[Stored items]
# # # #

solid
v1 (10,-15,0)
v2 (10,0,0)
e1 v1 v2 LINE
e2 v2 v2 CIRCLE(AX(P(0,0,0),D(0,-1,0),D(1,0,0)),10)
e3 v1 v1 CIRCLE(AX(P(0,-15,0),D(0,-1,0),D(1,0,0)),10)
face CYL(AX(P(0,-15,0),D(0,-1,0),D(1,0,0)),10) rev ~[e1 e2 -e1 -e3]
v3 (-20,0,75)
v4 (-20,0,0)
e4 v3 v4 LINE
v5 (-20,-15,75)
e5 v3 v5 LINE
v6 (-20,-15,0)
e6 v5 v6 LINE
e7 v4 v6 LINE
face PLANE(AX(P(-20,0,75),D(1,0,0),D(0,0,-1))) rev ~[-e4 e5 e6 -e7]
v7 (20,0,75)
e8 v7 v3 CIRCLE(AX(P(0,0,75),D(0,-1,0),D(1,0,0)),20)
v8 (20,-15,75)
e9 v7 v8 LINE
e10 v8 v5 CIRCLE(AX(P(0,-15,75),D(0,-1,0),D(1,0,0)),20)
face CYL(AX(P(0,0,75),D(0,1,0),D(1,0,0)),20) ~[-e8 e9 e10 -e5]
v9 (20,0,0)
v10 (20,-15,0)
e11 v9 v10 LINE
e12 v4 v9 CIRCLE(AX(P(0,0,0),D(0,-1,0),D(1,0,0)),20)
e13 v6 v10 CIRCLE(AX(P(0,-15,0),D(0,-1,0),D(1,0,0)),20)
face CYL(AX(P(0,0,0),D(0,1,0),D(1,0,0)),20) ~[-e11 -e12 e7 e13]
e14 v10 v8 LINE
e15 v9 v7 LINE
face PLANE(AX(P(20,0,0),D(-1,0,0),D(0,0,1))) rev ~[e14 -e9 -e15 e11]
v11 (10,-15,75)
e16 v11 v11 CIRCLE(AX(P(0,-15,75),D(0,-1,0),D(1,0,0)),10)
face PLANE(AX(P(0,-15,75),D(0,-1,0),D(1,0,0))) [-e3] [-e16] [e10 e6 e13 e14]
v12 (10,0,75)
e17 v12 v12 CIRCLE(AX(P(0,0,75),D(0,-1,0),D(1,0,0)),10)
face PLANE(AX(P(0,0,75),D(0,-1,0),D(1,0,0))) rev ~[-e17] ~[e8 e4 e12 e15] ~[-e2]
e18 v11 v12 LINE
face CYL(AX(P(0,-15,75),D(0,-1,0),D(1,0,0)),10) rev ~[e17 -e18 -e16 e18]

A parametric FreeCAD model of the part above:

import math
import FreeCAD as App
import Part
import Sketcher
from FreeCAD import Vector

doc = App.newDocument("Part")
body = doc.addObject("PartDesign::Body", "Body")

# Sketch on XZ plane
sketch1 = doc.addObject("Sketcher::SketchObject", "Sketch")
body.addObject(sketch1)
sketch1.AttachmentSupport = (doc.XZ_Plane, [""])
sketch1.MapMode = "FlatFace"
sketch1.addGeometry(Part.ArcOfCircle(Part.Circle(Vector(0, 75, 0), Vector(0, 0, 1), 20), math.radians(0), math.radians(180)), False)
sketch1.addGeometry(Part.LineSegment(Vector(-20, 75, 0), Vector(-20, 0, 0)), False)
sketch1.addGeometry(Part.ArcOfCircle(Part.Circle(Vector(0, 0, 0), Vector(0, 0, 1), 20), math.radians(180), math.radians(360)), False)
sketch1.addGeometry(Part.LineSegment(Vector(20, 0, 0), Vector(20, 75, 0)), False)
sketch1.addConstraint(Sketcher.Constraint("Tangent", 0, 2, 1, 1))
sketch1.addConstraint(Sketcher.Constraint("Tangent", 1, 2, 2, 1))
sketch1.addConstraint(Sketcher.Constraint("Tangent", 2, 2, 3, 1))
sketch1.addConstraint(Sketcher.Constraint("Tangent", 3, 2, 0, 1))
sketch1.addConstraint(Sketcher.Constraint("Vertical", 1))
sketch1.addConstraint(Sketcher.Constraint("Vertical", 3))
sketch1.addConstraint(Sketcher.Constraint("Coincident", 2, 3, -1, 1))
sketch1.addConstraint(Sketcher.Constraint("Radius", 0, 20.0))
sketch1.addConstraint(Sketcher.Constraint("DistanceY", 1, 2, 1, 1, 75.0))
pad1 = doc.addObject("PartDesign::Pad", "Pad")
body.addObject(pad1)
pad1.Profile = sketch1
pad1.Length = 15

# Sketch on XZ plane
sketch2 = doc.addObject("Sketcher::SketchObject", "Sketch001")
body.addObject(sketch2)
sketch2.AttachmentSupport = (doc.XZ_Plane, [""])
sketch2.MapMode = "FlatFace"
sketch2.AttachmentOffset = App.Placement(Vector(0, 0, 15), App.Rotation())
sketch2.addGeometry(Part.Circle(Vector(0, 75, 0), Vector(0, 0, 1), 10), False)
sketch2.addGeometry(Part.Circle(Vector(0, 0, 0), Vector(0, 0, 1), 10), False)
sketch2.addConstraint(Sketcher.Constraint("Coincident", 1, 3, -1, 1))
sketch2.addConstraint(Sketcher.Constraint("Equal", 0, 1))
sketch2.addConstraint(Sketcher.Constraint("PointOnObject", 0, 3, -2))
sketch2.addConstraint(Sketcher.Constraint("Diameter", 0, 20.0))
sketch2.addConstraint(Sketcher.Constraint("DistanceY", -1, 1, 0, 3, 75.0))
pocket1 = doc.addObject("PartDesign::Pocket", "Pocket")
body.addObject(pocket1)
pocket1.Profile = sketch2
pocket1.Length = 25

doc.recompute()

# # # #

After locating the line with "face CYL(AX(P(0,-15,75),D(0,-1,0),D(1,0,0)),10) rev" above, return that line and every later line through the one with "A parametric FreeCAD", word for word and with nothing else.

Output for this exercise
face CYL(AX(P(0,-15,75),D(0,-1,0),D(1,0,0)),10) rev ~[e17 -e18 -e16 e18]

A parametric FreeCAD model of the part above:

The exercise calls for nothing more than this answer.